Meine Webseiten standen im ereignisreichen Jahr 2005 unter verschiedenen Mottos: »Ackermann, erstick doch dran!«, »Wählt euch doch ein neues Volk!« und schließlich »Schröder und Ackermann, erstickt doch dran!«
Das Motto für 2006 lautete »Pervers ist man erst, wenn man keinen mehr findet, der mitmacht!«, ich musste mir aber erst kürzlich sagen lassen, dass das auch deutlich knackiger geht: »Pervers ist, wenn keiner mehr mitmacht!«
Anlässlich des Inkrafttretens der Neuregelung der Impressumspflicht für Webseiten durch das Telemediengesetz und den Staatsvertrag über Rundfunk und Telemedien lautete das Motto für 2007: »Rein privat, ausschließlich persönlich & familiär!«, was im Laufe des Jahres zu »Seit über zehn Jahren private, persönliche, familiäre, überwiegend monomediale, aufrechte & selbstzensierte Neuigkeitenverbreitung auf der Datenautobahn« mutierte.

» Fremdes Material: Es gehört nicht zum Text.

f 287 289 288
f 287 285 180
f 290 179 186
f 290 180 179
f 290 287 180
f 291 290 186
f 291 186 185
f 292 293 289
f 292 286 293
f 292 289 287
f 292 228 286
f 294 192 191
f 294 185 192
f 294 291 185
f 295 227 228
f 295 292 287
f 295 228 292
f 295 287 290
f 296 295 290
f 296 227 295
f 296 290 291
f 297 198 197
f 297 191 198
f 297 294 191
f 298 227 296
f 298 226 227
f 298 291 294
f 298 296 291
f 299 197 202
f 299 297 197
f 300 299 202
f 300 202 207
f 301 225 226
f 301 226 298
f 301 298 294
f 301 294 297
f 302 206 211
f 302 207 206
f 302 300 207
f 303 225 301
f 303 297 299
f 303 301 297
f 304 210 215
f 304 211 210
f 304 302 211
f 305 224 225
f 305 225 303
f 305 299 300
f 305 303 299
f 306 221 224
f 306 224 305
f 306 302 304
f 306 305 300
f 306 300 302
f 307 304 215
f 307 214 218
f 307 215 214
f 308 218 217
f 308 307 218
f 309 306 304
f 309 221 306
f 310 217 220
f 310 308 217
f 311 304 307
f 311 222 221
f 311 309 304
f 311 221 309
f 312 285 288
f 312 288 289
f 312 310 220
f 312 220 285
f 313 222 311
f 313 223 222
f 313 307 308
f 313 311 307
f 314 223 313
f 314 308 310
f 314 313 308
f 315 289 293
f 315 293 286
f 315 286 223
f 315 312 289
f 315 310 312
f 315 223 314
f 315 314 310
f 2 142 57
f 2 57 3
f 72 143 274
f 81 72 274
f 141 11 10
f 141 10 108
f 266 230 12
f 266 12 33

2008 beginne ich mal ganz optimistisch: »Alles wird gut: jeder wird root!«
Ich danke für die Beachtung aller Sicherheitsmaßnahmen und wünsche einen angenehmen Tag.

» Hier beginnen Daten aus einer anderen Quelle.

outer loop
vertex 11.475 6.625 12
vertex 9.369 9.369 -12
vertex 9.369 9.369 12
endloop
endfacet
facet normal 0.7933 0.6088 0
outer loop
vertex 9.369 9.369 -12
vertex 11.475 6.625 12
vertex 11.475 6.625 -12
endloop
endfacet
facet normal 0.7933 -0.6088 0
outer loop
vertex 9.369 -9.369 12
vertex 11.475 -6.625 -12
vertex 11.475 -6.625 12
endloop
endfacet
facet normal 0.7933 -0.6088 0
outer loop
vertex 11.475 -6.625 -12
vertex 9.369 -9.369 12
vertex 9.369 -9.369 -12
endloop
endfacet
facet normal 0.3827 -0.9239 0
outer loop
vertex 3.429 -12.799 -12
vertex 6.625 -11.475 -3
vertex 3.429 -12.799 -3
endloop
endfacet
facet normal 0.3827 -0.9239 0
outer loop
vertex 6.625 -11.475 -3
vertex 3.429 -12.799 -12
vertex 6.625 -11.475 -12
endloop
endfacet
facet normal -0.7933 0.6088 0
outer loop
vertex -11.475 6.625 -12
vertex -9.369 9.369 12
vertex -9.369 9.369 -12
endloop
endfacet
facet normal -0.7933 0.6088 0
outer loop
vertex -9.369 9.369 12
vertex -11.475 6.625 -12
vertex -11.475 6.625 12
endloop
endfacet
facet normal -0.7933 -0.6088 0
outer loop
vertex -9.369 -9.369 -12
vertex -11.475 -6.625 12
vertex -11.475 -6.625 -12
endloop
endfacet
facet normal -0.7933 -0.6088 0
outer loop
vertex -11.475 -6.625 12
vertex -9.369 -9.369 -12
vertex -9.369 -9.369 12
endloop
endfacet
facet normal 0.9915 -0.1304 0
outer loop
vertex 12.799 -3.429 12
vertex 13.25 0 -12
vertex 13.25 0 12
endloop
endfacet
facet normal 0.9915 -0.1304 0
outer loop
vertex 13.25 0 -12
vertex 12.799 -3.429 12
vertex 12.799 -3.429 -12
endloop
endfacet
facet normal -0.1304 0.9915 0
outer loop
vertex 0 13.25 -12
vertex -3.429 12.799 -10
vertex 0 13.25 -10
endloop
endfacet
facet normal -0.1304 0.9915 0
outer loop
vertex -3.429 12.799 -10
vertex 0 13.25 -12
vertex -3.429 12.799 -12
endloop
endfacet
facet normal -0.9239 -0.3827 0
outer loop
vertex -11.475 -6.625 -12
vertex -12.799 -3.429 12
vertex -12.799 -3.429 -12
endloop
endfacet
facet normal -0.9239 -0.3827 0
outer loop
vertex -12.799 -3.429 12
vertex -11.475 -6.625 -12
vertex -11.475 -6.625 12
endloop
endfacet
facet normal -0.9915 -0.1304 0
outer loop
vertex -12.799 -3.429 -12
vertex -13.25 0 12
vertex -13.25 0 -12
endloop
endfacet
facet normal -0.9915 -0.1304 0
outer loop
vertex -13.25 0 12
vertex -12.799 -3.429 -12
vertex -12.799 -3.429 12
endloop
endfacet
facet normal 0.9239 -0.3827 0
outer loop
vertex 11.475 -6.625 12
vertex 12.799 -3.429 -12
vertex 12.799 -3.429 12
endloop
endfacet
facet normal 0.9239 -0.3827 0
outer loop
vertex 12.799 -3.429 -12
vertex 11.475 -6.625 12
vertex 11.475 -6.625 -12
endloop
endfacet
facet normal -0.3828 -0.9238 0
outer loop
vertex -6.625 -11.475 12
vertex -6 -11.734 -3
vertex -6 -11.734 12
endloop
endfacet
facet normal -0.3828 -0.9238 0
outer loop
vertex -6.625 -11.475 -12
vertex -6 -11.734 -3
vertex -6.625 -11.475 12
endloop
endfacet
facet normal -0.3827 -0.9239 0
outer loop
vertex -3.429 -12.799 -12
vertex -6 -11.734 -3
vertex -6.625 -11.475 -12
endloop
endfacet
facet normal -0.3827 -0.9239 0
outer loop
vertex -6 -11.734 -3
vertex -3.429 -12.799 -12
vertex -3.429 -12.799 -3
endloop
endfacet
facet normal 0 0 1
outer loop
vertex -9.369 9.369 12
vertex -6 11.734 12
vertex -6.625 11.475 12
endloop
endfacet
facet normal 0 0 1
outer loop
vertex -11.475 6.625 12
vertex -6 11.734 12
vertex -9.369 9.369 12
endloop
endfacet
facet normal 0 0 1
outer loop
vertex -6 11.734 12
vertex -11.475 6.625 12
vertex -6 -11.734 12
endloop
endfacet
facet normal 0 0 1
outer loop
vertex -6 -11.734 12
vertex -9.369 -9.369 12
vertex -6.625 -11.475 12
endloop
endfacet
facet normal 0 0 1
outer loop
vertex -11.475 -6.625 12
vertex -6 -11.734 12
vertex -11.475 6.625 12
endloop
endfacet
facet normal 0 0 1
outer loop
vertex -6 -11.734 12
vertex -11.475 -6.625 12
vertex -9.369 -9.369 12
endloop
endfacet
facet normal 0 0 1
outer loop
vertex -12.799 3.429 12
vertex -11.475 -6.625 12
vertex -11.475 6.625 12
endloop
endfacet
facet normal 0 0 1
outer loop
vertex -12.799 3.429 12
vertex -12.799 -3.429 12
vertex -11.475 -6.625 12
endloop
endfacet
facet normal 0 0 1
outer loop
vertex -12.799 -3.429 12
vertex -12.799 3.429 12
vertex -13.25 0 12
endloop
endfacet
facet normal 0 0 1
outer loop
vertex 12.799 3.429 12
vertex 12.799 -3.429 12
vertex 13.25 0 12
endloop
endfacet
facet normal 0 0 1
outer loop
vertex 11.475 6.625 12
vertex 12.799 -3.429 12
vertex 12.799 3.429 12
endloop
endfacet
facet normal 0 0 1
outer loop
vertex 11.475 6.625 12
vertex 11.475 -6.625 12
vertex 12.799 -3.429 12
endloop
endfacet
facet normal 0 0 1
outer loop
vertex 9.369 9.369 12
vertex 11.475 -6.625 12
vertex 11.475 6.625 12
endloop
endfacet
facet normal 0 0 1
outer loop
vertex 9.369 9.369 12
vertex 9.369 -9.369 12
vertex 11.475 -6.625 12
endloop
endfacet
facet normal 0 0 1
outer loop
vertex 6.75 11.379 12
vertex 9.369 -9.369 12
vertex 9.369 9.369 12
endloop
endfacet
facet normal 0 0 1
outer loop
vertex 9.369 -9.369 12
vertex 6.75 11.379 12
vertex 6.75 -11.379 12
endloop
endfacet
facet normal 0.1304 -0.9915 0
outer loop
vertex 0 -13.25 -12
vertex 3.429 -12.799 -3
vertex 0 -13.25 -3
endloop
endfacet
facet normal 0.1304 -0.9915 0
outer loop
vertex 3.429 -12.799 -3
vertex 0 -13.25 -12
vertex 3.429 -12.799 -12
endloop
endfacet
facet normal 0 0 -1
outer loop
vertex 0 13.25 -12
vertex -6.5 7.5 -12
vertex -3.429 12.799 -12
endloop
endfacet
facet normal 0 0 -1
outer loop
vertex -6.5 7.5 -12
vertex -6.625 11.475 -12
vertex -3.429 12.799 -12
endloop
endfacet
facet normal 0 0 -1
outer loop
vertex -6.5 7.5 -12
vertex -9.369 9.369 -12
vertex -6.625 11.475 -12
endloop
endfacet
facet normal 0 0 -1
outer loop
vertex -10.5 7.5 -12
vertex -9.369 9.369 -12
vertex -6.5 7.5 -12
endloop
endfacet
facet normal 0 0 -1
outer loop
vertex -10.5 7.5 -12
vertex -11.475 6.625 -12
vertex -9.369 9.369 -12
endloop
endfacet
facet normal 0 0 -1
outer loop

Nachtrag, 13. Februar 2008: Gibt es einen spezifischen Hintergrund zum neuen Motto? Nicht wirklich, aber zahlreiche Deutungsmöglichkeiten. Aufgrund der gerade veröffentlichten Exploits der aktuellen Linux-Kernel könnte man das Motto so verstehen, dass auf vielen, weniger intensiv gepflegten Systemen z.Zt. jeder Nutzer zum Administrator werden kann. Oder man könnte es auf den gemächlichen, aber kontinuierlichen Siegeszug von Linux auf dem Desktop beziehen. Oder darauf, dass man sich Bedrohungen der Privatsphäre wie Vorratsdatenspeicherung und Bundestrojaner vielleicht leichter entziehen kann, wenn man die Technik seiner Computermaschine und des Interwebs besser versteht. Oder man interpretiert es als moderne Fassung von »Jeder ist seines Glückes Schmied«: im Unix des Lebens ist jeder sein eigener Admin.